# Math Help - Show arc lengths are equal.

1. ## Show arc lengths are equal.

Here's a problem I seen somewhere I thought was kind of fun:

Show that the arc length of sin(x) over the interval $[0,2\pi]$ is equal to the circumference of the ellipse $x^{2}+2y^{2}=2$ ".

The arc length integrals are not easily done by elementary means. At least, I don't think so

2. Originally Posted by galactus
Here's a problem I seen somewhere I thought was kind of fun:

Show that the arc length of sin(x) over the interval $[0,2\pi]$ is equal to the circumference of the ellipse $x^{2}+2y^{2}=2$ ".

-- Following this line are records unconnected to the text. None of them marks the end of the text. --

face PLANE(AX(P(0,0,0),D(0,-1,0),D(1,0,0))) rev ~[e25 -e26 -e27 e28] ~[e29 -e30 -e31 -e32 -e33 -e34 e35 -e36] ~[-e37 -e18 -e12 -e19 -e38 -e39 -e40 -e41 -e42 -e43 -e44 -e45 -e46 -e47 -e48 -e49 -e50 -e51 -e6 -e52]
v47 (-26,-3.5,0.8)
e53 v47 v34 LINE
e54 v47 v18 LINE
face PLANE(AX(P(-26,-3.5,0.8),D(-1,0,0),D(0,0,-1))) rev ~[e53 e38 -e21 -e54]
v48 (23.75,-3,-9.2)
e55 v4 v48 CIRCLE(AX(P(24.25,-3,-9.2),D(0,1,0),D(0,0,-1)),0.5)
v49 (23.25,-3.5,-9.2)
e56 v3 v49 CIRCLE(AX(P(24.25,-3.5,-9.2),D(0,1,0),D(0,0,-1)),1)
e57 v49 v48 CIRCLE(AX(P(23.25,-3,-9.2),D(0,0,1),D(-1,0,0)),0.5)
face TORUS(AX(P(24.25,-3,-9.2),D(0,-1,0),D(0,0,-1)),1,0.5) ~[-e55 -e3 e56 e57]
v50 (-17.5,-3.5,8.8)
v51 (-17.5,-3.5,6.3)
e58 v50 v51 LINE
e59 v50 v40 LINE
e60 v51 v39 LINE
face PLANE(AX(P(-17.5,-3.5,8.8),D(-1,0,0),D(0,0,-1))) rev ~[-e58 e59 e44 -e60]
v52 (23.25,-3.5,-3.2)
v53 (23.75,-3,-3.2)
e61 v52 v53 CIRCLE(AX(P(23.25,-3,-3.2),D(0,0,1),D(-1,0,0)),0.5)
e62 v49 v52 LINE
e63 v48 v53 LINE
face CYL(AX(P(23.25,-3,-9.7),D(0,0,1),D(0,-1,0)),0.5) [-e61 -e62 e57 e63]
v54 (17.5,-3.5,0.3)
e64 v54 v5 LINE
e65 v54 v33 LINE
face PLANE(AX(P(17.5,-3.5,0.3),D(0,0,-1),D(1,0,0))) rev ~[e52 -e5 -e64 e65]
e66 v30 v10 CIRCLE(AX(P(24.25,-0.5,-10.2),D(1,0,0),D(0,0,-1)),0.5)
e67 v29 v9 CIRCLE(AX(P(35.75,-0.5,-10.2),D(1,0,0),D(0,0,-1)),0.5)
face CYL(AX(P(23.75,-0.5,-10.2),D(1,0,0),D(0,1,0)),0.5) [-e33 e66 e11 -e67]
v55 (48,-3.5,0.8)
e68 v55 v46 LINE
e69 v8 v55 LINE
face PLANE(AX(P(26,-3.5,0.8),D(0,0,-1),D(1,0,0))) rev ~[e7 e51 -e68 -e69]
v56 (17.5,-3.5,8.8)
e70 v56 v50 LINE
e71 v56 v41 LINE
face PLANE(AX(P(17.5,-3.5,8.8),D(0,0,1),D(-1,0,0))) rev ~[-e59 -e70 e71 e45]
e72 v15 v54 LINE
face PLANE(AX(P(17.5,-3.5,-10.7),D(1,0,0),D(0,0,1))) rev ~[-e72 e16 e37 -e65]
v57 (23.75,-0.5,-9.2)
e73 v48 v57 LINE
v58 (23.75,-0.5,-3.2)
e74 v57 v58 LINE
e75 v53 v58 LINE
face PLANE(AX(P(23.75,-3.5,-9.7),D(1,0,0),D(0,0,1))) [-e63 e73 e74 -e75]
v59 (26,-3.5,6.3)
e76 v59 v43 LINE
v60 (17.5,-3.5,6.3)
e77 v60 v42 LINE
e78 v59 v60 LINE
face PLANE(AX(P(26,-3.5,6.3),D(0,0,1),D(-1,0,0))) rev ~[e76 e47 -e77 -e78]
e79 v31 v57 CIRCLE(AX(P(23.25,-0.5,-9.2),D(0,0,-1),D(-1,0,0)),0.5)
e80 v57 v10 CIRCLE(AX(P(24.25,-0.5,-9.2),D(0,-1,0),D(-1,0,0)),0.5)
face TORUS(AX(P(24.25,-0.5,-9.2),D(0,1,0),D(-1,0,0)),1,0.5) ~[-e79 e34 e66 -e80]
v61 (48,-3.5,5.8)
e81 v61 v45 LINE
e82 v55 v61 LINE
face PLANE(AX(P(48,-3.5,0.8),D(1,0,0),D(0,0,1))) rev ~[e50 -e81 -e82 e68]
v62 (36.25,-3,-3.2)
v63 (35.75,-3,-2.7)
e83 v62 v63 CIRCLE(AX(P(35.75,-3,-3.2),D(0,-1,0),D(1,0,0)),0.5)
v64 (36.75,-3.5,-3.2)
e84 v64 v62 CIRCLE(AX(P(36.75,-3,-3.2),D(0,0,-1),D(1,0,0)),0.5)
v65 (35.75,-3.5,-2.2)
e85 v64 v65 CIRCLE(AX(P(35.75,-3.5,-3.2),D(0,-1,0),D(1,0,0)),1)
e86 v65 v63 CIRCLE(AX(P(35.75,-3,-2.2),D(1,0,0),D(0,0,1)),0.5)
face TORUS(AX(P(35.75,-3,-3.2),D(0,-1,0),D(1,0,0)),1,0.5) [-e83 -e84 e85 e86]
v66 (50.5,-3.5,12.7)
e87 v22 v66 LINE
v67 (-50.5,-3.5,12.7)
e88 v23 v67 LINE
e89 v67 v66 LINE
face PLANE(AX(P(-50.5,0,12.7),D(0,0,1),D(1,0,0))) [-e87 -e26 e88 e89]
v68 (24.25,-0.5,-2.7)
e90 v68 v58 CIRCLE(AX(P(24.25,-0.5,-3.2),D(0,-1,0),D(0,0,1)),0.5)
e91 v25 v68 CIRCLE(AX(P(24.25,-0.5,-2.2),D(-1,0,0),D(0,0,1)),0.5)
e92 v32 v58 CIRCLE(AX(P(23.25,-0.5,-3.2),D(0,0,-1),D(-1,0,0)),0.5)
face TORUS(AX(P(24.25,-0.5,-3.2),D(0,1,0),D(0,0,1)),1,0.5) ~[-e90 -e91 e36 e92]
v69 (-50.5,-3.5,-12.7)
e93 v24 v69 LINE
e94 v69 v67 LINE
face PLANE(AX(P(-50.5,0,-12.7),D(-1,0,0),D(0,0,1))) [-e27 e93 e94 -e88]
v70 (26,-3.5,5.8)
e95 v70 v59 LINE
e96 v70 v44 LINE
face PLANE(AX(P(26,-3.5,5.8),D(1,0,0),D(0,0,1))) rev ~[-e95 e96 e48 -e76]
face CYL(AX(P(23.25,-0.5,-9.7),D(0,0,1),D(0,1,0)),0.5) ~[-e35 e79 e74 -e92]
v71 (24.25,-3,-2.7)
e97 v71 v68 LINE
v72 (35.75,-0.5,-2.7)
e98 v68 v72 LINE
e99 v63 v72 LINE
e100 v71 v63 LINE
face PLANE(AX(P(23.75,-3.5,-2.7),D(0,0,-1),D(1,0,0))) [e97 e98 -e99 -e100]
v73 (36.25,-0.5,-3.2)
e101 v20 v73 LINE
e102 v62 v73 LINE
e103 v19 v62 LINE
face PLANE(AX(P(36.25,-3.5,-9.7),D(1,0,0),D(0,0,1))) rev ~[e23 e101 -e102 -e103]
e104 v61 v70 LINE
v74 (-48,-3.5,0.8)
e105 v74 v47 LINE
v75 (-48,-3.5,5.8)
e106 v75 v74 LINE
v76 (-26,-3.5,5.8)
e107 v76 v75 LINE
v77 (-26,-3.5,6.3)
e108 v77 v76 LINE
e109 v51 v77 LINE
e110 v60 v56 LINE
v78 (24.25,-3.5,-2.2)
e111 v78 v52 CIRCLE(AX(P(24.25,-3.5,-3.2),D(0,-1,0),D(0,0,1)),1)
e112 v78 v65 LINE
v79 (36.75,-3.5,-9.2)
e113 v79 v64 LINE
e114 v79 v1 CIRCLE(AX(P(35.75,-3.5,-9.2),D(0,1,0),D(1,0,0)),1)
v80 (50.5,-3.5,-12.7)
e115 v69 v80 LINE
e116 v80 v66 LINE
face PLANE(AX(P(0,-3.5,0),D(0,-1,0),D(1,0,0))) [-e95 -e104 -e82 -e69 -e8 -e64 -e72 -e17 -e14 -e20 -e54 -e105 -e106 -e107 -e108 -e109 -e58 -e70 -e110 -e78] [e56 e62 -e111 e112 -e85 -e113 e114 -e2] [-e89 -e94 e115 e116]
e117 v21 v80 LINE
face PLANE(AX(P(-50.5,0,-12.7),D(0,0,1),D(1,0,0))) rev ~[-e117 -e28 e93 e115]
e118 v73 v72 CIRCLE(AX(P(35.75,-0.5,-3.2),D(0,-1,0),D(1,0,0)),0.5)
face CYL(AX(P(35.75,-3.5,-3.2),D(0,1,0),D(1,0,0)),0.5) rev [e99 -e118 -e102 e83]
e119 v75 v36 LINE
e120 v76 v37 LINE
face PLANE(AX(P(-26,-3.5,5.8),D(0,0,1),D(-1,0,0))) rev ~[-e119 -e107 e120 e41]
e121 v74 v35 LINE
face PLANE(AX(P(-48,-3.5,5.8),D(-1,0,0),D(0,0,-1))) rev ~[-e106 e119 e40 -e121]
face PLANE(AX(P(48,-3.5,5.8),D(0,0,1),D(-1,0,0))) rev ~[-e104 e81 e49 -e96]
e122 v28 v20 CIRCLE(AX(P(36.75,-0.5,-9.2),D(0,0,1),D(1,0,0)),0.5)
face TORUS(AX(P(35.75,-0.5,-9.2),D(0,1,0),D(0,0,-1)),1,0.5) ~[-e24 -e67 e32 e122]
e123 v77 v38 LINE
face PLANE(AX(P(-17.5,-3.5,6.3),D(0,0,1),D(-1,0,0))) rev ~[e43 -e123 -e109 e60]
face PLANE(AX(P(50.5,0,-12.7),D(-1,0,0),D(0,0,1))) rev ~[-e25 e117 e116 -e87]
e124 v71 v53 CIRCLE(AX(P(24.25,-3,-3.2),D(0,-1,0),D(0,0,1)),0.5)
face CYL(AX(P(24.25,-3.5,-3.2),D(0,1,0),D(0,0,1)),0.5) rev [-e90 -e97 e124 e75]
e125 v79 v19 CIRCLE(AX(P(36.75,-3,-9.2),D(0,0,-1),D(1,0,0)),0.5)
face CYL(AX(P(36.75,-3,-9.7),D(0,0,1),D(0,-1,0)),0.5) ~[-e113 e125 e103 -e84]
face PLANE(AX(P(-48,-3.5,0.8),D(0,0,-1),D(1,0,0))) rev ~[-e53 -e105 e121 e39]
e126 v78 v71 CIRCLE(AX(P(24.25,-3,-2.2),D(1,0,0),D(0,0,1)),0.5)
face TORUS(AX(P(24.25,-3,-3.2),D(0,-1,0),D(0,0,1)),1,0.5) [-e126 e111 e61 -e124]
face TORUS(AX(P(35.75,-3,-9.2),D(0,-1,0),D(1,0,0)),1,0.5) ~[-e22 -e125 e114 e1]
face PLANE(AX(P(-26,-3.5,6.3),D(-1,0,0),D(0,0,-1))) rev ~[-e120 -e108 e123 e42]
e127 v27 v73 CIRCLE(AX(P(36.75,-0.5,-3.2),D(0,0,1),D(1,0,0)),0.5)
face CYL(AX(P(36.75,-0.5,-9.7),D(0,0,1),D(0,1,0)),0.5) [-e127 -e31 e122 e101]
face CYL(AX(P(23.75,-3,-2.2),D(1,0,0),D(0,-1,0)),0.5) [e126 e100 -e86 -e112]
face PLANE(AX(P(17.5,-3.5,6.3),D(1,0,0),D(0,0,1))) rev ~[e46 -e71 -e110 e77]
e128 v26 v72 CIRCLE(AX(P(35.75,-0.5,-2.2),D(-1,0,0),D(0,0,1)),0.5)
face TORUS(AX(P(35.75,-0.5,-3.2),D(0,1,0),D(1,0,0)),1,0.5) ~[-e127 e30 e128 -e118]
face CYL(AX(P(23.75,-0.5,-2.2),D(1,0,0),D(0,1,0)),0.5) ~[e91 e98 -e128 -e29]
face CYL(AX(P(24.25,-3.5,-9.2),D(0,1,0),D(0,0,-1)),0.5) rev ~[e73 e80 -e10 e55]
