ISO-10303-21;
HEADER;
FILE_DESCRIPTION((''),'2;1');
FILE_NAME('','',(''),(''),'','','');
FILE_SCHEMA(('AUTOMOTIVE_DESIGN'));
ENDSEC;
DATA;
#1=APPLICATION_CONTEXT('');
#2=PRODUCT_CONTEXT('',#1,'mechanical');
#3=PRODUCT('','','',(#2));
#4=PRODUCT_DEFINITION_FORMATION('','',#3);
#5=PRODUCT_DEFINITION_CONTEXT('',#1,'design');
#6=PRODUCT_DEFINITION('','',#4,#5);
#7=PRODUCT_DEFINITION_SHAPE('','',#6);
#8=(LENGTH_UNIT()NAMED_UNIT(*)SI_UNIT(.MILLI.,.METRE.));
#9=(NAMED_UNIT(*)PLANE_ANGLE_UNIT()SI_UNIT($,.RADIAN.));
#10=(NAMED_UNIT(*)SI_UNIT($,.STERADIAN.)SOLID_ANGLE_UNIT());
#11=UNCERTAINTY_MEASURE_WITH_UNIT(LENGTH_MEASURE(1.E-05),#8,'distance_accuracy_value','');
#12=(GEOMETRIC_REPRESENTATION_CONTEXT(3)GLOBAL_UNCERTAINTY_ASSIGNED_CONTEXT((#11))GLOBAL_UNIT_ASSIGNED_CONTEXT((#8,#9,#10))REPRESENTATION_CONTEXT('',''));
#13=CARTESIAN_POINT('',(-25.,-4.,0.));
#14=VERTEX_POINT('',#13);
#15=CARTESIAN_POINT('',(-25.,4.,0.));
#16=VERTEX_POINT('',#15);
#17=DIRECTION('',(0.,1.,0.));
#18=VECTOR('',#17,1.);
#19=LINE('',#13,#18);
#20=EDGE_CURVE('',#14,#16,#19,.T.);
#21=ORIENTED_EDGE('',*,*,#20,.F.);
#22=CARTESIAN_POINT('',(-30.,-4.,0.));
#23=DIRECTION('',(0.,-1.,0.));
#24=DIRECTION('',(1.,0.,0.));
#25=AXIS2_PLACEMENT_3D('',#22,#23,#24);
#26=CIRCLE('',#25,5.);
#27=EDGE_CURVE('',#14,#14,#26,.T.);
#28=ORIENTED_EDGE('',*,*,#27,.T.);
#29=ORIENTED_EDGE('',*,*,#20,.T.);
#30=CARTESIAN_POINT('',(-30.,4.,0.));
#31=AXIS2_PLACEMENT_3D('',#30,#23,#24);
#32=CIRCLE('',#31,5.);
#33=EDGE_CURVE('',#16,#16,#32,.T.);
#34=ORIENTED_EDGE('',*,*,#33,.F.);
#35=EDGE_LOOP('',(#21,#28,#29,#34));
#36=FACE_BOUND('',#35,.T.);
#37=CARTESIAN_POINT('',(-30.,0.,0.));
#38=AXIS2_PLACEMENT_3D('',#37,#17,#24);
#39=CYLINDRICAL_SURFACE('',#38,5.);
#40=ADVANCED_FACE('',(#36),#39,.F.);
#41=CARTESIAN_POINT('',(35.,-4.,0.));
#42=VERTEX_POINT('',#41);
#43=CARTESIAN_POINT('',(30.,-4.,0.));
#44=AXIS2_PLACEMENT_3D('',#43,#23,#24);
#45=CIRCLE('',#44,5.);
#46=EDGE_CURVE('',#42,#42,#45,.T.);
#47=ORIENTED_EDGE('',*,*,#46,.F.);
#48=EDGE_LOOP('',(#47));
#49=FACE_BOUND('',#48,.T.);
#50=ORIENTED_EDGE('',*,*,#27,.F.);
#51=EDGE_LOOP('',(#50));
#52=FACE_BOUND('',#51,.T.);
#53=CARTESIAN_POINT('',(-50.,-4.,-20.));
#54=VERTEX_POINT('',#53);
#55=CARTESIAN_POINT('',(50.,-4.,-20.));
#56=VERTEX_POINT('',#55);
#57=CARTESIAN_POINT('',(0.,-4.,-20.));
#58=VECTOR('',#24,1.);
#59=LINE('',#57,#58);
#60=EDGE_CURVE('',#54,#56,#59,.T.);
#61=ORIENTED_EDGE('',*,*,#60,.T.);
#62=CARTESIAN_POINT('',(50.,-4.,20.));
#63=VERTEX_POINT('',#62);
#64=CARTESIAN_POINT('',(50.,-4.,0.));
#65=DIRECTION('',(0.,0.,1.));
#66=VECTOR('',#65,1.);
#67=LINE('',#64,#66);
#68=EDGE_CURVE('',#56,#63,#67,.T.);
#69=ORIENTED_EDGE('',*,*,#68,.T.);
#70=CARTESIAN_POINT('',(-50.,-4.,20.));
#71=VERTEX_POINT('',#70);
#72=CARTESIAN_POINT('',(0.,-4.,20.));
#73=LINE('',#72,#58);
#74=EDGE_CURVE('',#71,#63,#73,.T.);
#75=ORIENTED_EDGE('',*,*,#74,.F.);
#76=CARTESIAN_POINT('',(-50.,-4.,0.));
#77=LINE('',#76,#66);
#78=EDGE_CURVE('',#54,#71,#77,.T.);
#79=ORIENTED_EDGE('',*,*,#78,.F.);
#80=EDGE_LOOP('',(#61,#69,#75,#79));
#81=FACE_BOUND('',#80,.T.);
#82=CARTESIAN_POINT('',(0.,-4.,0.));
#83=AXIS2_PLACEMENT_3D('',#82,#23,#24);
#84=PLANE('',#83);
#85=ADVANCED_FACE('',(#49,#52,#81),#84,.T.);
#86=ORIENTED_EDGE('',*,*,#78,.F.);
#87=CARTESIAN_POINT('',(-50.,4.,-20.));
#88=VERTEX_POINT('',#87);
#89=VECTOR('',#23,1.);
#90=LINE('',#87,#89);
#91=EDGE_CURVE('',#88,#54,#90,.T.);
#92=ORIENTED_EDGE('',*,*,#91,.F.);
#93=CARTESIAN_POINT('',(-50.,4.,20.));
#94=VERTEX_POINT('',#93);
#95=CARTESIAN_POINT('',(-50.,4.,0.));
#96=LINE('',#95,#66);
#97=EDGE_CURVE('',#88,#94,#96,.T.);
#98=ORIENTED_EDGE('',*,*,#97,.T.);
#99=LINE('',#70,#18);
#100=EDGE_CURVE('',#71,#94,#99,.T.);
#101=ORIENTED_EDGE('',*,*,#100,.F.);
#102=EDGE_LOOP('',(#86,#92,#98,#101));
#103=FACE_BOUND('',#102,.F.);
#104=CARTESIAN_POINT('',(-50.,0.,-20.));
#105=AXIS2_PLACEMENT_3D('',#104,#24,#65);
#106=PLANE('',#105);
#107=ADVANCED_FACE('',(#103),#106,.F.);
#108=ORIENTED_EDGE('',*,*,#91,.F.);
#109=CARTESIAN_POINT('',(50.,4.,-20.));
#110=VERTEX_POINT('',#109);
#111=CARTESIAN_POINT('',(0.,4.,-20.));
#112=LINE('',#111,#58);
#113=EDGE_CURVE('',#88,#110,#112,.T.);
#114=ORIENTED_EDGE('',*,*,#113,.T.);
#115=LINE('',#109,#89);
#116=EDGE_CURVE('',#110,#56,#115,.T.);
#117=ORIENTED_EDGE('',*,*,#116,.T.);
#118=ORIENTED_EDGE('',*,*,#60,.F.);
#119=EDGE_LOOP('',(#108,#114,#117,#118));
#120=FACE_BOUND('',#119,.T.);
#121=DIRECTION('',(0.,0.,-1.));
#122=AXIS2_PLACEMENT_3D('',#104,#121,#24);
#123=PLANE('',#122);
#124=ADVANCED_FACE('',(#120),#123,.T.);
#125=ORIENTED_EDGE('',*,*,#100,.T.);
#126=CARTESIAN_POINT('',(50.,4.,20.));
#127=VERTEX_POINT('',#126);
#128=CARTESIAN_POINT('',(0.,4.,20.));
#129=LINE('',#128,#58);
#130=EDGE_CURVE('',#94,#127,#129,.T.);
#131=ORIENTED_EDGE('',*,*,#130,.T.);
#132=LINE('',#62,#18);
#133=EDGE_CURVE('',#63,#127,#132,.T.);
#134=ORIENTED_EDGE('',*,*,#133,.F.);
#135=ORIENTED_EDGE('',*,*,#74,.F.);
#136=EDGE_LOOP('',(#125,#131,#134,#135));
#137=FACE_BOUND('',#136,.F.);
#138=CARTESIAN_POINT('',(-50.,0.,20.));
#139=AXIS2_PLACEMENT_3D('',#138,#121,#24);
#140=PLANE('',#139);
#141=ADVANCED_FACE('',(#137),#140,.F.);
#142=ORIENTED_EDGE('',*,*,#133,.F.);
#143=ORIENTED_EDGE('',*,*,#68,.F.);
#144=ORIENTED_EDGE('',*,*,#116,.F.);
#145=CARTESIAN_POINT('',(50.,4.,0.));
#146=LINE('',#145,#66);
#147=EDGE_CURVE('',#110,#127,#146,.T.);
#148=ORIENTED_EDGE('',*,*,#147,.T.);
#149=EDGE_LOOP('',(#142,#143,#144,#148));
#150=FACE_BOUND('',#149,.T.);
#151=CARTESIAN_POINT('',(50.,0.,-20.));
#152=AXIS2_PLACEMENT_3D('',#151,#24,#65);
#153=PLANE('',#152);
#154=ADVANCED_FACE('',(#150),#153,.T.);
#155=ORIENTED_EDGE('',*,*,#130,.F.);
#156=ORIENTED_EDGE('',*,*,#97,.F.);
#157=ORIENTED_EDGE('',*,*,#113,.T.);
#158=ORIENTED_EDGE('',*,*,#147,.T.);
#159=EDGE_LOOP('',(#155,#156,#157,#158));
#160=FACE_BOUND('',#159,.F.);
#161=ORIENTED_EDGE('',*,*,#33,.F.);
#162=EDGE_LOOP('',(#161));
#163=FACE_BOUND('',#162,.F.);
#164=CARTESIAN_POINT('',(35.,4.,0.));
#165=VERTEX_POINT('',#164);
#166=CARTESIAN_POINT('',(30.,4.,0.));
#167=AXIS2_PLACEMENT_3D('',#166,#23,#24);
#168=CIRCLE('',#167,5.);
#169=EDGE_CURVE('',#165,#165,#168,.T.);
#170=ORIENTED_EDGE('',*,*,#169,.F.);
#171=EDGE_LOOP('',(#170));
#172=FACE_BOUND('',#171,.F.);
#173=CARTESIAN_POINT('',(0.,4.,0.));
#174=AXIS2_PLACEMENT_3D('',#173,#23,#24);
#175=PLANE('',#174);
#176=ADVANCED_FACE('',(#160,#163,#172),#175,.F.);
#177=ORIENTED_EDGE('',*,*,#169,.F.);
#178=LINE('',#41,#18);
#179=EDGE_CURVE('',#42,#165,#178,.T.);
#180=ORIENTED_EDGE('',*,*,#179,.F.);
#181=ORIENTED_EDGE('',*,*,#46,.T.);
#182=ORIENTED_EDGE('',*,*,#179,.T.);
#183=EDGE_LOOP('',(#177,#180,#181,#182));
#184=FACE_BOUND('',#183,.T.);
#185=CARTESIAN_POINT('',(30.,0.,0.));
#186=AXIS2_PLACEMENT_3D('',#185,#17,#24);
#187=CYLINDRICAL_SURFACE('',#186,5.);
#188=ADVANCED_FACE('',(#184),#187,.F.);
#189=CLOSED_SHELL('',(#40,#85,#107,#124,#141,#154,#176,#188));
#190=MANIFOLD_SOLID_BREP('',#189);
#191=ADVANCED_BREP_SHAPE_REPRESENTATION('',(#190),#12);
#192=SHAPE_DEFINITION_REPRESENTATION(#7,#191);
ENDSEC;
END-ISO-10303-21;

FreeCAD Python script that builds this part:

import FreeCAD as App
import Part
import Sketcher
Q = App.Units.Quantity

doc = App.newDocument("Part")
body = doc.addObject("PartDesign::Body", "Body")

sketch1 = body.newObject("Sketcher::SketchObject", "Sketch")
sketch1.AttachmentSupport = (doc.getObject("XZ_Plane"), [""])
sketch1.MapMode = "FlatFace"
sketch1.addGeometry([
    Part.LineSegment(App.Vector(-50, 20, 0), App.Vector(-50, -20, 0)),
    Part.LineSegment(App.Vector(-50, -20, 0), App.Vector(50, -20, 0)),
    Part.LineSegment(App.Vector(50, -20, 0), App.Vector(50, 20, 0)),
    Part.LineSegment(App.Vector(50, 20, 0), App.Vector(-50, 20, 0)),
    Part.Circle(App.Vector(-30, 0, 0), App.Vector(0, 0, 1), 5),
    Part.Circle(App.Vector(30, 0, 0), App.Vector(0, 0, 1), 5),
], False)
sketch1.addConstraint([
    Sketcher.Constraint("Coincident", 0, 2, 1, 1),
    Sketcher.Constraint("Coincident", 1, 2, 2, 1),
    Sketcher.Constraint("Coincident", 2, 2, 3, 1),
    Sketcher.Constraint("Coincident", 3, 2, 0, 1),
    Sketcher.Constraint("Vertical", 0),
    Sketcher.Constraint("Horizontal", 1),
    Sketcher.Constraint("Vertical", 2),
    Sketcher.Constraint("Horizontal", 3),
    Sketcher.Constraint("Equal", 4, 5),
    Sketcher.Constraint("Symmetric", 4, 3, 5, 3, -1, 1),
    Sketcher.Constraint("Symmetric", 0, 2, 2, 2, -1, 1),
    Sketcher.Constraint("PointOnObject", 4, 3, -1),
    Sketcher.Constraint("Diameter", 4, Q("10 mm")),
    Sketcher.Constraint("DistanceX", 1, 1, 1, 2, Q("100 mm")),
    Sketcher.Constraint("DistanceY", 0, 2, 0, 1, Q("40 mm")),
    Sketcher.Constraint("DistanceX", 4, 3, -1, 1, Q("30 mm")),
])
pad1 = body.newObject("PartDesign::Pad", "Pad")
pad1.Profile = sketch1
pad1.Length = 8
pad1.Midplane = True

doc.recompute()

The arc length integrals are not easily done by elementary means. At least, I don't think so
There is no exact value of the length of an ellipse, but we can prove the two curves have the same length.

3. Very good curvature. That's how I tackled it. Also, the same way it was done on another forum. That is apparently the best way. I will admit, I scratched my head for a little while before it dawned on me to use parametric arc length. Then , it was obvious. Fell right into place

4. Originally Posted by galactus
That's how I tackled it. Also, the same way it was done on another forum. That is apparently the best way. I will admit, I scratched my head for a little while before it dawned on me to use parametric arc length. Then , it was obvious. Fell right into place
An interesting problem and we enjoyed it. Didnt we?

5. I get the feeling you may think I actually didn't solve the problem, but said I did it that way. Sorry, if it looks that way but I would'nt be that dishonest.

I was thinking maybe someone would show another way besides the parametric arc length method. I won't post anymore problems that way.

6. Originally Posted by galactus
I get the feeling you may think I actually didn't solve the problem, but said I did it that way. Sorry, if it looks that way but I would'nt be that dishonest.
I am sorry you think so. The way I solved the problem is rather normal that many people (including you) can do it that way.

7. I'm sorry. No ruffled feathers. I just didn't want you to think that.